Im not trying to troll, just new to the MMA world, but take a look at this guy on the left...
The guy on the right is one of the strongest guys on the planet, he recently broke the deadlift record over 1000 lbs, he may not look that big here but he is much much wider and bigger than Brock Lesnar/Bob Sapp, hes about 6 feet 1 and 371 lbs and he looks TINY compared to the strongman competetor on the right (Hafþór Júlíus Björnsson) who can probaby deadlift over 900 lbs. If Cain, Mark hunt or JDS got into a 1 on 1 fight with this huge guy do you think Hafþór Júlíus Björnsson would win? If not how would one take him out? UFC heavyweights like Cain, JDS, Hunt, and Big foot Silva are big guys but much smaller than even the guy on the right, i wouldnt say he is completely immobile either, he is a strongman, not a bodybuilder,

Thank you for any replies

----------


## Lifted1

if the guy in the right is 6'1 370lbs the guy on the left has to be 7'3 400+lbs. heavyweight limit is 265lbs so he wouldn't ever be able to fight. Also I've watched it time and time again, size doesn't always matter.

----------


## j3374

Size does have a pretty big influence- this is why there are weight classes in the first place. Like Lifted said, there are limits, though, to heavy weight class.

If this guy hasn't trained in martial arts or wrestling at all, I don't think he'd be very competitive, even with his size and strength advantage, against top heavyweights.

With a little bit of training, even the basics, I think he'd be very, very dangerous if the weight cap was ever removed.

----------


## BG

6'9" 420lb

----------


## zempey

But just like what happened to Oveream, once you have to pass the piss test, game over. That is one big dude, he would always have a punchers chance against anyone due to his sheer size and athleticism, but if he isn't trained in fighting, he would be at a major disadvantage.

----------


## Khazima

> But just like what happened to Oveream, once you have to pass the piss test, game over. That is one big dude, he would always have a punchers chance against anyone due to his sheer size and athleticism, but if he isn't trained in fighting, he would be at a major disadvantage.


This is spot on.

Any trained fighter of most weight classes would most likely beat him relatively easily. If he got lucky and landed one clean shot it's game over though. 

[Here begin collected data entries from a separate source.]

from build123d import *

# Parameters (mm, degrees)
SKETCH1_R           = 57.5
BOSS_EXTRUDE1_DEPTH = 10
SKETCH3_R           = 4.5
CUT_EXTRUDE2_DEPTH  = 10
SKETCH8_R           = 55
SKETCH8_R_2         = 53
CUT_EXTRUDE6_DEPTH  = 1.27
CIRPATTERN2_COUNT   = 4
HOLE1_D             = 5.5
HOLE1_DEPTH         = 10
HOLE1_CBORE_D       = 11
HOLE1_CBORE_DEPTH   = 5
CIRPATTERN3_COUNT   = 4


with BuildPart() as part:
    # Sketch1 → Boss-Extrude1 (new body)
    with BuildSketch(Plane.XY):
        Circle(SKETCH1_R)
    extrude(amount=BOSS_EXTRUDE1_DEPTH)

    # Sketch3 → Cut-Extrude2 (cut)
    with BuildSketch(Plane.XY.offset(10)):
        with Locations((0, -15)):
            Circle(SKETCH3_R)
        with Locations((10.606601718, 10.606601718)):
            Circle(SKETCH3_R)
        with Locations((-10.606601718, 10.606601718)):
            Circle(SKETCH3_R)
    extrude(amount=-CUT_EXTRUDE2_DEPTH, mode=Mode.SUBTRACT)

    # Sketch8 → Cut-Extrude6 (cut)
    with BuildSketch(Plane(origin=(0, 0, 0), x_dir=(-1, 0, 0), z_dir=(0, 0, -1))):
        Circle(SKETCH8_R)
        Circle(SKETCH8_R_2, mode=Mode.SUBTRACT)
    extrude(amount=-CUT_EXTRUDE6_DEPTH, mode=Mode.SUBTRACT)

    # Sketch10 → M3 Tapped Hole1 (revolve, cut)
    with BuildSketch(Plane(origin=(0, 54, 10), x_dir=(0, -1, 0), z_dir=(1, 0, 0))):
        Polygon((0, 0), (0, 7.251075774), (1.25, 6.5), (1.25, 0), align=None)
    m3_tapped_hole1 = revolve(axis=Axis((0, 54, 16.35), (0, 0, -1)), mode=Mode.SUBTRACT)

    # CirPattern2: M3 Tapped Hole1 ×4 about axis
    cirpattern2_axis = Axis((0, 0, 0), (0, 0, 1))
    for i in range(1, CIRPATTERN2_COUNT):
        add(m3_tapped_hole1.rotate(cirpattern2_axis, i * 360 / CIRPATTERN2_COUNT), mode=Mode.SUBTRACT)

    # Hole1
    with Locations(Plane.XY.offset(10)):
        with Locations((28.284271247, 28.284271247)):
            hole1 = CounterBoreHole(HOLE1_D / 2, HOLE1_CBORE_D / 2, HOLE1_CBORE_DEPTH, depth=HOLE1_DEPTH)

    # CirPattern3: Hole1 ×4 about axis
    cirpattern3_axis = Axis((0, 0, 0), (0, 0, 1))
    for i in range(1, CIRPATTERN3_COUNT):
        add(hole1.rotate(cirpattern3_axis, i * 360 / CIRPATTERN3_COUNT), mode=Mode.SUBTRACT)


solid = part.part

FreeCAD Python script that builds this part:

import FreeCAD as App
import Part
import Sketcher

V = App.Vector
Q = App.Units.Quantity

doc = App.newDocument("Part")
params = doc.addObject("Spreadsheet::Sheet", "Params")
for row, (alias, value) in enumerate([
    ("sketch1_diameter", "115 mm"),
    ("pad1_length", "10 mm"),
    ("sketch2_diameter", "9 mm"),
    ("pocket1_length", "10 mm"),
    ("sketch3_diameter", "110 mm"),
    ("sketch3_diameter2", "106 mm"),
    ("pocket2_length", "1.27 mm"),
    ("sketch4_height", "6.5 mm"),
    ("sketch4_width", "1.25 mm"),
    ("groove_angle", "360 deg"),
    ("sketch5_diameter", "5.5 mm"),
    ("hole_diameter", "5.5 mm"),
    ("hole_depth", "10 mm"),
    ("hole_cbore_diameter", "11 mm"),
    ("hole_cbore_depth", "5 mm"),
], start=1):
    params.set(f"A{row}", alias)
    params.set(f"B{row}", "=" + value)
    params.setAlias(f"B{row}", alias)

body = doc.addObject("PartDesign::Body", "Body")

sketch1 = body.newObject("Sketcher::SketchObject", "Sketch")
sketch1.AttachmentSupport = (doc.getObject("XY_Plane"), [""])
sketch1.MapMode = "FlatFace"
sketch1.addGeometry(Part.Circle(V(0, 0, 0), V(0, 0, 1), 58), False)
sketch1.addConstraint(Sketcher.Constraint("Coincident", 0, 3, -1, 1))
sketch1.addConstraint(Sketcher.Constraint("Diameter", 0, Q("115 mm")))
sketch1.setExpression("Constraints[1]", "Params.sketch1_diameter")
pad1 = body.newObject("PartDesign::Pad", "Pad")
pad1.Profile = sketch1
pad1.setExpression("Length", "Params.pad1_length")

sketch2 = body.newObject("Sketcher::SketchObject", "Sketch001")
sketch2.AttachmentSupport = (doc.getObject("XY_Plane"), [""])
sketch2.MapMode = "FlatFace"
sketch2.AttachmentOffset = App.Placement(V(0, 0, 10), App.Rotation())
sketch2.addGeometry(Part.Circle(V(0, -15, 0), V(0, 0, 1), 4.5), False)
sketch2.addGeometry(Part.Circle(V(10.6, 10.6, 0), V(0, 0, 1), 4.5), False)
sketch2.addGeometry(Part.Circle(V(-10.6, 10.6, 0), V(0, 0, 1), 4.5), False)
sketch2.addConstraint(Sketcher.Constraint("Equal", 0, 1))
sketch2.addConstraint(Sketcher.Constraint("Equal", 1, 2))
sketch2.addConstraint(Sketcher.Constraint("Symmetric", 1, 3, 2, 3, -2))
sketch2.addConstraint(Sketcher.Constraint("PointOnObject", 0, 3, -2))
sketch2.addConstraint(Sketcher.Constraint("Diameter", 0, Q("9 mm")))
sketch2.addConstraint(Sketcher.Constraint("DistanceY", 0, 3, -1, 1, Q("15 mm")))
sketch2.addConstraint(Sketcher.Constraint("DistanceX", -1, 1, 1, 3, Q("10.606602 mm")))
sketch2.addConstraint(Sketcher.Constraint("DistanceY", -1, 1, 1, 3, Q("10.606602 mm")))
sketch2.setExpression("Constraints[4]", "Params.sketch2_diameter")
pocket1 = body.newObject("PartDesign::Pocket", "Pocket")
pocket1.Profile = sketch2
pocket1.setExpression("Length", "Params.pocket1_length")

sketch3 = body.newObject("Sketcher::SketchObject", "Sketch002")
sketch3.AttachmentSupport = (doc.getObject("XY_Plane"), [""])
sketch3.MapMode = "FlatFace"
sketch3.addGeometry(Part.Circle(V(0, 0, 0), V(0, 0, 1), 55), False)
sketch3.addGeometry(Part.Circle(V(0, 0, 0), V(0, 0, 1), 53), False)
sketch3.addConstraint(Sketcher.Constraint("Coincident", 0, 3, -1, 1))
sketch3.addConstraint(Sketcher.Constraint("Coincident", 1, 3, -1, 1))
sketch3.addConstraint(Sketcher.Constraint("Diameter", 0, Q("110 mm")))
sketch3.addConstraint(Sketcher.Constraint("Diameter", 1, Q("106 mm")))
sketch3.setExpression("Constraints[2]", "Params.sketch3_diameter")
sketch3.setExpression("Constraints[3]", "Params.sketch3_diameter2")
pocket2 = body.newObject("PartDesign::Pocket", "Pocket001")
pocket2.Profile = sketch3
pocket2.setExpression("Length", "Params.pocket2_length")
pocket2.Reversed = True

sketch4 = body.newObject("Sketcher::SketchObject", "Sketch003")
sketch4.AttachmentSupport = (doc.getObject("YZ_Plane"), [""])
sketch4.MapMode = "FlatFace"
sketch4.addGeometry(Part.LineSegment(V(54, 2.7, 0), V(54, 10, 0)), False)
sketch4.addGeometry(Part.LineSegment(V(54, 10, 0), V(52.8, 10, 0)), False)
sketch4.addGeometry(Part.LineSegment(V(52.8, 10, 0), V(52.8, 3.5, 0)), False)
sketch4.addGeometry(Part.LineSegment(V(52.8, 3.5, 0), V(54, 2.7, 0)), False)
sketch4.addGeometry(Part.LineSegment(V(54, 10, 0), V(54, 2.7, 0)), True)
sketch4.addConstraint(Sketcher.Constraint("Coincident", 0, 2, 1, 1))
sketch4.addConstraint(Sketcher.Constraint("Coincident", 1, 2, 2, 1))
sketch4.addConstraint(Sketcher.Constraint("Coincident", 2, 2, 3, 1))
sketch4.addConstraint(Sketcher.Constraint("Coincident", 3, 2, 0, 1))
sketch4.addConstraint(Sketcher.Constraint("Vertical", 0))
sketch4.addConstraint(Sketcher.Constraint("Horizontal", 1))
sketch4.addConstraint(Sketcher.Constraint("Vertical", 2))
sketch4.addConstraint(Sketcher.Constraint("Vertical", 4))
sketch4.addConstraint(Sketcher.Constraint("Coincident", 4, 1, 0, 2))
sketch4.addConstraint(Sketcher.Constraint("Equal", 0, 4))
sketch4.addConstraint(Sketcher.Constraint("Angle", 3, Q("-31 deg")))
sketch4.addConstraint(Sketcher.Constraint("DistanceY", 2, 2, 2, 1, Q("6.5 mm")))
sketch4.addConstraint(Sketcher.Constraint("DistanceX", -1, 1, 0, 2, Q("54 mm")))
sketch4.addConstraint(Sketcher.Constraint("DistanceY", -1, 1, 0, 2, Q("10 mm")))
sketch4.addConstraint(Sketcher.Constraint("DistanceX", 1, 2, 1, 1, Q("1.25 mm")))
sketch4.setExpression("Constraints[11]", "Params.sketch4_height")
sketch4.setExpression("Constraints[14]", "Params.sketch4_width")
groove = body.newObject("PartDesign::Groove", "Groove")
groove.Profile = sketch4
groove.ReferenceAxis = (sketch4, ["Axis0"])
groove.setExpression("Angle", "Params.groove_angle")
doc.recompute()

polarpattern = body.newObject("PartDesign::PolarPattern", "PolarPattern")
polarpattern.Originals = [groove]
polarpattern.Axis = (doc.getObject("Z_Axis"), [""])
polarpattern.Angle = 360
polarpattern.Occurrences = 4
body.Tip = polarpattern

sketch5 = body.newObject("Sketcher::SketchObject", "Sketch004")
sketch5.AttachmentSupport = (doc.getObject("XY_Plane"), [""])
sketch5.MapMode = "FlatFace"
sketch5.AttachmentOffset = App.Placement(V(0, 0, 10), App.Rotation())
sketch5.addGeometry(Part.Circle(V(28.3, 28.3, 0), V(0, 0, 1), 2.8), False)
sketch5.addConstraint(Sketcher.Constraint("Diameter", 0, Q("5.5 mm")))
sketch5.addConstraint(Sketcher.Constraint("DistanceX", -1, 1, 0, 3, Q("28.284271 mm")))
sketch5.addConstraint(Sketcher.Constraint("DistanceY", -1, 1, 0, 3, Q("28.284271 mm")))
sketch5.setExpression("Constraints[0]", "Params.sketch5_diameter")
doc.recompute()
hole = body.newObject("PartDesign::Hole", "Hole")
hole.Profile = sketch5
hole.ThreadType = "None"
hole.setExpression("Diameter", "Params.hole_diameter")
hole.DepthType = "Dimension"
hole.setExpression("Depth", "Params.hole_depth")
hole.DrillPoint = "Flat"
hole.HoleCutType = "Counterbore"
hole.setExpression("HoleCutDiameter", "Params.hole_cbore_diameter")
hole.setExpression("HoleCutDepth", "Params.hole_cbore_depth")
doc.recompute()

polarpattern2 = body.newObject("PartDesign::PolarPattern", "PolarPattern001")
polarpattern2.Originals = [hole]
polarpattern2.Axis = (doc.getObject("Z_Axis"), [""])
polarpattern2.Angle = 360
polarpattern2.Occurrences = 4
body.Tip = polarpattern2

doc.recompute()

There's a few videos out there of situations like this, like a pride match where a 120lb little asian fella fights a 400 or 500lb dude and destroys him, dude is fat but still, just couldn't get to him. If you see the sparring match the mountain had with a dude as well, he can't fight at all and turns around when a shot gets thrown at him, survive his initial flurry and he's nothing but dead weight.

----------


## DCI

All I have to say is puginaufski (spelling completely wrong) who was worlds strongest man for years and went into "mma" and got arm barred by the ref who was literally a 1/3 of his size so to me anyone who isn't a trained fighter youre at a disadvantage tbh

----------